The consequences of all such measures involve not only direct violence, but also a general lack of quality of life provoked by state neglect.

Luiz Salvador, a leader of the Kaingang people in Rio Grande do Sul state, has been struggling for months to ensure that his group will receive the necessary incentives from the government to expand food production.

Vast areas in his state have been devastated since April after heavy rains. While his group lives in an already demarcated reservation, many other Kaingang have been camped for years by roads and rivers all over Rio Grande do Sul and demand their lands to be recognized.

“We went to Brasilia weeks ago in order to demand the government to invest in our family farming production. Only with the necessary support we’ll be able to grow our food,” Salvador told Crux.

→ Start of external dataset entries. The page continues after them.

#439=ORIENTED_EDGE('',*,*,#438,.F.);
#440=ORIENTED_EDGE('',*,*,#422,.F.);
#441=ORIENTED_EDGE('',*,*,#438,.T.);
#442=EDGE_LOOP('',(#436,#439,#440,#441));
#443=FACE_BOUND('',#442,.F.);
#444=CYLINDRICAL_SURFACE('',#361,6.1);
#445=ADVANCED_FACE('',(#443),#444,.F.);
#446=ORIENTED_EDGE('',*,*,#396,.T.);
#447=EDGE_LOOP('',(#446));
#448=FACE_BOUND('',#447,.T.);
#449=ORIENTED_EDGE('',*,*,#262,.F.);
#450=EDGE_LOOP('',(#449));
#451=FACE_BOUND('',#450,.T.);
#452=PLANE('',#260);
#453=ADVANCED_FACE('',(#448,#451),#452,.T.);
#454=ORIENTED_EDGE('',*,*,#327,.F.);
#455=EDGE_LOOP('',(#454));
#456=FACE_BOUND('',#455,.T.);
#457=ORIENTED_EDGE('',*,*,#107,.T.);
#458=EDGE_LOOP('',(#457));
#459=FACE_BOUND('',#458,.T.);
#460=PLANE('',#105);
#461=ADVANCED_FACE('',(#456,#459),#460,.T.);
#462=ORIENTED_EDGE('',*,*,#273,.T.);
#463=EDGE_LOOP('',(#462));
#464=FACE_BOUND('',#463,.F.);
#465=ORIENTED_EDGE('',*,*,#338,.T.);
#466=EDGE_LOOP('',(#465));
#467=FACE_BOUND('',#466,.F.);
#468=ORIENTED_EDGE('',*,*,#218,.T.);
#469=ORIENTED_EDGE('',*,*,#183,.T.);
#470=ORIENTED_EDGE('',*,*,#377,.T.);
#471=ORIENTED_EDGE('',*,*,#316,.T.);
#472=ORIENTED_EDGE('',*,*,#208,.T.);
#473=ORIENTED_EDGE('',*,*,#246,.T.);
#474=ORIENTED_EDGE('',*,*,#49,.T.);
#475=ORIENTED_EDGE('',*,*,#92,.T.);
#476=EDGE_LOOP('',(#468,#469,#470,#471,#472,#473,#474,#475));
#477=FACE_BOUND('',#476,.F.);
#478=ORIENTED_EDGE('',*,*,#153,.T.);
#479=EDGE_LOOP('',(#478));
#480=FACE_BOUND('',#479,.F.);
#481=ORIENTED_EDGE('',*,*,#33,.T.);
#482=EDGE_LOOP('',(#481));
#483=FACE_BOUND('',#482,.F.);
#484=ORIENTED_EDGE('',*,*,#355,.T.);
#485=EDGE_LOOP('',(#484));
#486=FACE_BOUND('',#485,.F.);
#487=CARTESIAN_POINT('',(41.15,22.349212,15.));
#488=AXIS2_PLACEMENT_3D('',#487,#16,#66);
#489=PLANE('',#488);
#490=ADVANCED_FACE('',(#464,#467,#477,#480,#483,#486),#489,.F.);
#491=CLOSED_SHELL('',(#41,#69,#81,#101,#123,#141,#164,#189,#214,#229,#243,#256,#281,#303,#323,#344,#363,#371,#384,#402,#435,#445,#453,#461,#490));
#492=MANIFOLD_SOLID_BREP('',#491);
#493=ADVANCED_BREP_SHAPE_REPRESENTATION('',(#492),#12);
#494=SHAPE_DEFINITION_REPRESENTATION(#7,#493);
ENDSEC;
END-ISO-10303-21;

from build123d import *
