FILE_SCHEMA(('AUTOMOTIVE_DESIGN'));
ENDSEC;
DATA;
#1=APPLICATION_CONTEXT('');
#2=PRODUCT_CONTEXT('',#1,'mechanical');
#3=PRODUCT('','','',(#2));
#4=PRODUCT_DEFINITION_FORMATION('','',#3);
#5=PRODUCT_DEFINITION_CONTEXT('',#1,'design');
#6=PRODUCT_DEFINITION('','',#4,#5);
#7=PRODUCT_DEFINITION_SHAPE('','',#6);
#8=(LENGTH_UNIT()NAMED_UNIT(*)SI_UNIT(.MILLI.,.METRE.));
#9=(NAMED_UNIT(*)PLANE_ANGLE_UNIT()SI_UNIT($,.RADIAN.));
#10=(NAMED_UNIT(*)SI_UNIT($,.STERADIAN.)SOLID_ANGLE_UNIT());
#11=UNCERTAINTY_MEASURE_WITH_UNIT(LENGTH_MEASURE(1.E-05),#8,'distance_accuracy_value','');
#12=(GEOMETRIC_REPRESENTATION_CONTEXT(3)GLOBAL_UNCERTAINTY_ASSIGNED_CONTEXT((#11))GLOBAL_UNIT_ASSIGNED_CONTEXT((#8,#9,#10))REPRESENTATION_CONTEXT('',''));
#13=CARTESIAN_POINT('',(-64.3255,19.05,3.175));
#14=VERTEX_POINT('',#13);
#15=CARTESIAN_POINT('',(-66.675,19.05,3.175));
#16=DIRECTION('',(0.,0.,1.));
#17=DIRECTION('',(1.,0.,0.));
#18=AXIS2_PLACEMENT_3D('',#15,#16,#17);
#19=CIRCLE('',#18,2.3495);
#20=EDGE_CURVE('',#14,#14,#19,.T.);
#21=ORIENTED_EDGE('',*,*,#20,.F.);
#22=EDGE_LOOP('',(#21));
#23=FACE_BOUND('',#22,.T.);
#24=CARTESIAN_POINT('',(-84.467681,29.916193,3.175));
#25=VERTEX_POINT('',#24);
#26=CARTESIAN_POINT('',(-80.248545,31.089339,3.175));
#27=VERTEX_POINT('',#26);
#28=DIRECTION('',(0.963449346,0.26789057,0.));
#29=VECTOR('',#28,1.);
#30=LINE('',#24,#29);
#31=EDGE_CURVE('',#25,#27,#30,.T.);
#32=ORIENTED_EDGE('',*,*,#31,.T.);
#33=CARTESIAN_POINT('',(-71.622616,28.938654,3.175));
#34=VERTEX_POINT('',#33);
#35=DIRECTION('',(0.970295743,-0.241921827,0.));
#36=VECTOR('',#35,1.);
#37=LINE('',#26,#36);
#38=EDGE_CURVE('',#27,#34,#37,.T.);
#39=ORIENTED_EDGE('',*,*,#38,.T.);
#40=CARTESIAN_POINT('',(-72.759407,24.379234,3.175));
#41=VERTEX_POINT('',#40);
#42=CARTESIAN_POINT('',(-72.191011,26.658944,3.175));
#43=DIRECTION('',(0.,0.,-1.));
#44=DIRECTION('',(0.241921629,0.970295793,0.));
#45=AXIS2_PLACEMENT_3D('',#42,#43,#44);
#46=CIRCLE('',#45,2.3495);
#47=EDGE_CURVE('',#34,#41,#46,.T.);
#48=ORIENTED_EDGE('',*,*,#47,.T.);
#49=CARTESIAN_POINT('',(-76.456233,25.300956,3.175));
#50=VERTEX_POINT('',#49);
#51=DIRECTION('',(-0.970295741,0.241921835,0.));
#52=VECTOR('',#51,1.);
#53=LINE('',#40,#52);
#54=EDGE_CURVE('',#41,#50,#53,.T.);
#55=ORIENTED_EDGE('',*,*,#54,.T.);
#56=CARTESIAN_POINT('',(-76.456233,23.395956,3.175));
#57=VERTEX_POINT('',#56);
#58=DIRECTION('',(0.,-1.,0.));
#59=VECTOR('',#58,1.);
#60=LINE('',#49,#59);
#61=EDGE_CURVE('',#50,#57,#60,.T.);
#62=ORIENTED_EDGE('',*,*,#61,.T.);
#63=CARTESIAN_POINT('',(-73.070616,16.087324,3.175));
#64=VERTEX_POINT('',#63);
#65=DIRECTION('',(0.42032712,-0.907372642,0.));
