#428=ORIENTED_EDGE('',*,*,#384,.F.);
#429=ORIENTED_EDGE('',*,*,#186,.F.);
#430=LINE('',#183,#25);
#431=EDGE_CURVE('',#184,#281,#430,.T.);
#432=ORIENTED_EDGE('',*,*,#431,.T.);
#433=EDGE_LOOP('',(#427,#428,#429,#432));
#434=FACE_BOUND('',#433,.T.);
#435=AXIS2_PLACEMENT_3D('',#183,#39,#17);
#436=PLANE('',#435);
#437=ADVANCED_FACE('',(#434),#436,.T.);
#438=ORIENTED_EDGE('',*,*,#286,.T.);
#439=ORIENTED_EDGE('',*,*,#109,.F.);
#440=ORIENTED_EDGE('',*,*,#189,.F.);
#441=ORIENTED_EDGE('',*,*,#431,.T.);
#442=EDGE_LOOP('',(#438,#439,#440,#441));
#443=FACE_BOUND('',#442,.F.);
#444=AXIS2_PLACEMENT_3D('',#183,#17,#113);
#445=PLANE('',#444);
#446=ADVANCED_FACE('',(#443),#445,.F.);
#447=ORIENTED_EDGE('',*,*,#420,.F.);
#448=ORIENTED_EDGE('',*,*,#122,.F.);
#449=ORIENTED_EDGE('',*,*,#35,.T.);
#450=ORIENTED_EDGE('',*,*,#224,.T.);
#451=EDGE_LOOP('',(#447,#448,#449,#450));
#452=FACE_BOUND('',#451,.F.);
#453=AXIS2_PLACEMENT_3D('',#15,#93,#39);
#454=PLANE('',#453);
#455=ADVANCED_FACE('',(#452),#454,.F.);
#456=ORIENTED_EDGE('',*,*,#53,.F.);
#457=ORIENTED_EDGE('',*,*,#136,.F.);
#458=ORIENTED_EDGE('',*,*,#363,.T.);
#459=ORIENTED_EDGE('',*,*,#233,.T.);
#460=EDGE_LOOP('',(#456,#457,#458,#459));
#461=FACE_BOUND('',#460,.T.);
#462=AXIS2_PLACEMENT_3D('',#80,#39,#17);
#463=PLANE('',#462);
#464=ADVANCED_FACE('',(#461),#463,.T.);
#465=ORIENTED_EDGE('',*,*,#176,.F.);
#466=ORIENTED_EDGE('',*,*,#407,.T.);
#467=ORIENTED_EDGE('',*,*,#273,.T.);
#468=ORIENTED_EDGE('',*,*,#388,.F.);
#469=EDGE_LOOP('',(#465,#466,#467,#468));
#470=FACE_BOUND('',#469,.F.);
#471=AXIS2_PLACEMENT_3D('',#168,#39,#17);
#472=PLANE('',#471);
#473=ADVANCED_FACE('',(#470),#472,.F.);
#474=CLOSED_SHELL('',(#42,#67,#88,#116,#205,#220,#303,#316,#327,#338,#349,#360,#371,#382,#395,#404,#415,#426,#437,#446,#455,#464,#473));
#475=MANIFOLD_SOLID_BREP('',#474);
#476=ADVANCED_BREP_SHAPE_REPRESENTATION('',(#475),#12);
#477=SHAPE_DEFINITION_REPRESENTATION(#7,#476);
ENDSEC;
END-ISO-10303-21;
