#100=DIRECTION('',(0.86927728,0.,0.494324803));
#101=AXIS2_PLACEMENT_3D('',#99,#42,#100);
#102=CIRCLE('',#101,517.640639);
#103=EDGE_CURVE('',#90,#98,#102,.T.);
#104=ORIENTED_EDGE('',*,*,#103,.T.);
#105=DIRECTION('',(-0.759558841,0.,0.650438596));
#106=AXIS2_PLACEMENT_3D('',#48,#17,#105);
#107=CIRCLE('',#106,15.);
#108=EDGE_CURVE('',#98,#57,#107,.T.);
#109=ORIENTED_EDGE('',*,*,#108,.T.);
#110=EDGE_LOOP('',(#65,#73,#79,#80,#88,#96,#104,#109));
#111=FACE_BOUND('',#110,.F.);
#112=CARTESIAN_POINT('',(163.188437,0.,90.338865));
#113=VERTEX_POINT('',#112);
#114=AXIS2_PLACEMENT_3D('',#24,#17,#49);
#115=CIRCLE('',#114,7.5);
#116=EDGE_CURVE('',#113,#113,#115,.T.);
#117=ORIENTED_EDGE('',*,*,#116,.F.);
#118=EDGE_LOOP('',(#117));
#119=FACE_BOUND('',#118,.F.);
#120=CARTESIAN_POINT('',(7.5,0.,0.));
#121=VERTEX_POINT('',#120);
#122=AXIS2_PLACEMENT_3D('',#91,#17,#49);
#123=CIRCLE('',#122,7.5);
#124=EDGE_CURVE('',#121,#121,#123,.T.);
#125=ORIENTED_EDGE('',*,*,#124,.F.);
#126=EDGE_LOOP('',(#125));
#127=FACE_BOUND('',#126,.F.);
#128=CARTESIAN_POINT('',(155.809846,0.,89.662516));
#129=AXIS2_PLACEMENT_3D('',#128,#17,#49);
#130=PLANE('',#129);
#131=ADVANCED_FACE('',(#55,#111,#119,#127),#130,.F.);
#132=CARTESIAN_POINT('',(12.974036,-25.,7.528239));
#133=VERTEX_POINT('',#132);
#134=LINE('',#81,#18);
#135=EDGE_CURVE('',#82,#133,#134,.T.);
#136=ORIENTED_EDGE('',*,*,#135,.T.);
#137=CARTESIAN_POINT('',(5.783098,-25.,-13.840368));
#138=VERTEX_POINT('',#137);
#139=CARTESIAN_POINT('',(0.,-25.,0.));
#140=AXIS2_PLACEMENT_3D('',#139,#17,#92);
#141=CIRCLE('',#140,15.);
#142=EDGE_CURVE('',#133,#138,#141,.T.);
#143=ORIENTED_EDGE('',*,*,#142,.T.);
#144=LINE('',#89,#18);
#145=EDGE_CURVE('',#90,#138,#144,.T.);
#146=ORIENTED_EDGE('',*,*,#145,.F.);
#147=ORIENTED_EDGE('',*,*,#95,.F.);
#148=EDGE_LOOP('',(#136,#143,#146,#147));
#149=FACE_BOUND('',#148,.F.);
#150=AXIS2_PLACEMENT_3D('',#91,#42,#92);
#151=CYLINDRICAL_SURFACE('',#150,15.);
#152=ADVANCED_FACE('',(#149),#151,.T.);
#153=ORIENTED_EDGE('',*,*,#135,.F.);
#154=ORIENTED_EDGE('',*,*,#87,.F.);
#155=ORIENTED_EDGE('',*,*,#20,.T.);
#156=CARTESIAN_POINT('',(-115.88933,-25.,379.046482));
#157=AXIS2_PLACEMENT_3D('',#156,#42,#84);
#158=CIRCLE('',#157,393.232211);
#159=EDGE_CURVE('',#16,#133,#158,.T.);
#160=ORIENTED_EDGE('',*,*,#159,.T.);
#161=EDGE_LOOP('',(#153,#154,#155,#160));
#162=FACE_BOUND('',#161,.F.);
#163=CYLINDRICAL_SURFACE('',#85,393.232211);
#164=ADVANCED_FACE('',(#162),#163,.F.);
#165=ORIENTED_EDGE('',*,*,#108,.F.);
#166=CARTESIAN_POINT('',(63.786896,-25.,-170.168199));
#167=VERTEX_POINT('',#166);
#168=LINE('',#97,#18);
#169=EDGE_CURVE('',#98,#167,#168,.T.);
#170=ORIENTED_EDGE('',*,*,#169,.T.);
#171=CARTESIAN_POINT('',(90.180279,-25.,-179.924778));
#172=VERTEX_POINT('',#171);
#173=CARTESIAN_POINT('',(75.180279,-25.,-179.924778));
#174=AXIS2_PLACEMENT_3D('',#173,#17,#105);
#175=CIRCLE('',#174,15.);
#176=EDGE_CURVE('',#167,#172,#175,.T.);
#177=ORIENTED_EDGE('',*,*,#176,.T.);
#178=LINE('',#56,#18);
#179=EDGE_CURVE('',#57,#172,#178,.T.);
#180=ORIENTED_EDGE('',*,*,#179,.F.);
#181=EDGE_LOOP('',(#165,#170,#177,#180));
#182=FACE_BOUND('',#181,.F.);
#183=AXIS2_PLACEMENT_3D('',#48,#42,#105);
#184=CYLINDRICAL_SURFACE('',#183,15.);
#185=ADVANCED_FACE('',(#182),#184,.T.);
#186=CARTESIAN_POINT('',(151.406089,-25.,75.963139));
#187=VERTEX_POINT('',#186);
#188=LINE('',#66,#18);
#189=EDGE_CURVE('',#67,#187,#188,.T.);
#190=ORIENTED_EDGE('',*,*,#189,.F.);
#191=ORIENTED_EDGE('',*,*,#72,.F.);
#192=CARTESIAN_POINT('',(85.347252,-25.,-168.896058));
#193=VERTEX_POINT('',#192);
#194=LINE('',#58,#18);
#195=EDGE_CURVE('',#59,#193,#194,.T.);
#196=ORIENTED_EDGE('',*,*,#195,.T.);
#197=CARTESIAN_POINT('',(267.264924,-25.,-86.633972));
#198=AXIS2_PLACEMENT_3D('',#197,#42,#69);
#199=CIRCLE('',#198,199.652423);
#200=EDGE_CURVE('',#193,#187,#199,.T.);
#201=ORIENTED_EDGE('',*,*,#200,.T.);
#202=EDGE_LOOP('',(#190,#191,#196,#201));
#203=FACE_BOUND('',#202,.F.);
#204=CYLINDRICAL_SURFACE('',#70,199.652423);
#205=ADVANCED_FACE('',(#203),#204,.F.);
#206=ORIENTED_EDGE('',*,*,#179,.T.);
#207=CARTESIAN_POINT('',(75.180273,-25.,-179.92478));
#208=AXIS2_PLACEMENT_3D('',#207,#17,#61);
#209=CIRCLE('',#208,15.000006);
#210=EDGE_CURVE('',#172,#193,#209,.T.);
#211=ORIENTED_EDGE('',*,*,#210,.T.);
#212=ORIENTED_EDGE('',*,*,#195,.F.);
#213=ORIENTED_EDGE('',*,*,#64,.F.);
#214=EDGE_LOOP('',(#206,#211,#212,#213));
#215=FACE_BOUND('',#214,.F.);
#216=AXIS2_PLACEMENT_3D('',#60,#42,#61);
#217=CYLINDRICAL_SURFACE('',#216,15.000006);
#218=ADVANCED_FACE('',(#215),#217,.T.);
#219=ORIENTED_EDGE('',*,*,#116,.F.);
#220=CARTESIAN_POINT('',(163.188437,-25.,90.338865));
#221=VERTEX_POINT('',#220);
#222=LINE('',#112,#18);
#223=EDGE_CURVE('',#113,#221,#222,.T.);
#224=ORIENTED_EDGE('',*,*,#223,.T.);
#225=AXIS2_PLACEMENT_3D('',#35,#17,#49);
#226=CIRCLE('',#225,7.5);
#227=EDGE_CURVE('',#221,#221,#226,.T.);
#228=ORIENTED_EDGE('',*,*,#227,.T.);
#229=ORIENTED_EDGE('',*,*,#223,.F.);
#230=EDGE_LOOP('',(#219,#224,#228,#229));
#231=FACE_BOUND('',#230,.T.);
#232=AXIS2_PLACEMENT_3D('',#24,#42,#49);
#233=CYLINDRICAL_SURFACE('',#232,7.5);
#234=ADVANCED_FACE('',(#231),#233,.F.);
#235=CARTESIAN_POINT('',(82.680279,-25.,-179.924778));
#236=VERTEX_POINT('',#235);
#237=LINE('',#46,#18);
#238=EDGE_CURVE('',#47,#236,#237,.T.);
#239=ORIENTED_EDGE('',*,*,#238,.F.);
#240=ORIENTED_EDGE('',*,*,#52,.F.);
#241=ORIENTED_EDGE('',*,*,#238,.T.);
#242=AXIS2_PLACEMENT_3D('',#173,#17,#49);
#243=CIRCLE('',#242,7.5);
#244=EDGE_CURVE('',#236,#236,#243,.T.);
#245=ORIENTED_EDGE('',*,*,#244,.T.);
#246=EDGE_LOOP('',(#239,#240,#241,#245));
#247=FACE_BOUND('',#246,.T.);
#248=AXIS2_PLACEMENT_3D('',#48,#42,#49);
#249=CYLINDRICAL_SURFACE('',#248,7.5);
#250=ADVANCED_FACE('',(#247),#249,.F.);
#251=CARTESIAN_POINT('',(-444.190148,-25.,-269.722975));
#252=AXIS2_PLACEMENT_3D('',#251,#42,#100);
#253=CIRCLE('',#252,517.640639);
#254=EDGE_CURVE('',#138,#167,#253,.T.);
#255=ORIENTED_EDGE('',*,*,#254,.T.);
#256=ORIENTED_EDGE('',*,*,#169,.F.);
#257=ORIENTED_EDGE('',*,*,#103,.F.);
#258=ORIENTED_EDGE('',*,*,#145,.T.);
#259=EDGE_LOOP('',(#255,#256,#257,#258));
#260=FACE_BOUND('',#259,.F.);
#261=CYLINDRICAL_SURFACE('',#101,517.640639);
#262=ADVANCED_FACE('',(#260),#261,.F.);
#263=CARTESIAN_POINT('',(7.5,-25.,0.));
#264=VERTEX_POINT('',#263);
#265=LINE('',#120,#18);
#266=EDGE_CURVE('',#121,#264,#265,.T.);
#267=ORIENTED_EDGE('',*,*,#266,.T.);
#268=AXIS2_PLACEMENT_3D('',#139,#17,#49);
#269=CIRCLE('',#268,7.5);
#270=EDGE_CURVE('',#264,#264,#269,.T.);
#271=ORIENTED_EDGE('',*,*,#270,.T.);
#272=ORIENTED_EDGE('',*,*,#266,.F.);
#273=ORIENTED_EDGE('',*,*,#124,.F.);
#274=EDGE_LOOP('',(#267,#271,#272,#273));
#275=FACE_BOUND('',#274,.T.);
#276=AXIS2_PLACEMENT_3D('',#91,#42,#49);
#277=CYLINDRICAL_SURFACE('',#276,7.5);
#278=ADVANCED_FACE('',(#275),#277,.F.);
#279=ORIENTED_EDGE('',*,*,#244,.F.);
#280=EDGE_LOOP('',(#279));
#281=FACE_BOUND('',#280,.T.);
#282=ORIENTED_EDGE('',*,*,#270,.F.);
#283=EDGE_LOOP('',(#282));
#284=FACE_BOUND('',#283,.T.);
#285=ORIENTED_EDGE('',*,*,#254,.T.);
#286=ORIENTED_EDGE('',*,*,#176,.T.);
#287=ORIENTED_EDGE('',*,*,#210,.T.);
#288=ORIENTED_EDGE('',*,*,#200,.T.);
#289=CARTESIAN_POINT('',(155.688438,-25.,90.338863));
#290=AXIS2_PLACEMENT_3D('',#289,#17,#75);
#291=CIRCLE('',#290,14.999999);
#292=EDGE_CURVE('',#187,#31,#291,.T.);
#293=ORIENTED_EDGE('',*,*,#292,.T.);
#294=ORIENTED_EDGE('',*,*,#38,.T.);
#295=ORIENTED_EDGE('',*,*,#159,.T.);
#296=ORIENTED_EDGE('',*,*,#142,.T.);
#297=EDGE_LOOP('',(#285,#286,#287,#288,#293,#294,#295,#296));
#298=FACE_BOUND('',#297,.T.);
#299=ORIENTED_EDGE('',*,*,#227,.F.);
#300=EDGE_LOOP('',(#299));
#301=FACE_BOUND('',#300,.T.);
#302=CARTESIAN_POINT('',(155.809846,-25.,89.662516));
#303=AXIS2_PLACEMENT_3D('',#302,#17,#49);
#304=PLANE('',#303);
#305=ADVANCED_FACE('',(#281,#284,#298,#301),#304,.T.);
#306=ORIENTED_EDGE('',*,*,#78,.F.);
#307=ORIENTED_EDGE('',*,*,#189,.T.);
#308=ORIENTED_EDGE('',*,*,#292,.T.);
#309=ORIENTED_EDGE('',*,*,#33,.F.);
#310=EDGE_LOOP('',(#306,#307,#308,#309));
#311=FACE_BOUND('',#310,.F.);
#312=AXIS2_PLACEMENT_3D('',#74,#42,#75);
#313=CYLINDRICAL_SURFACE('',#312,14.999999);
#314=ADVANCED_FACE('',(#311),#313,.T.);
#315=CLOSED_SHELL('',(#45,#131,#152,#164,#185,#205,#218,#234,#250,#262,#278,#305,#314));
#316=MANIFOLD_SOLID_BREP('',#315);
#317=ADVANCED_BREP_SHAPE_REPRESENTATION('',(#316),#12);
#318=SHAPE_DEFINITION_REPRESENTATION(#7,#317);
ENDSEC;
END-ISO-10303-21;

To a great extent, the government’s way of dealing with Indigenous peoples is to distribute food kits among villagers every now and then. Leaders like Salvador are now tired of such policies.

“We have the knowledge and the disposition to plant crops. We only need the equipment to do so, something that is difficult for us to get through the customary ways. Banks don’t give us credit, for instance. That’s why we need the government to listen to us,” Salvador said.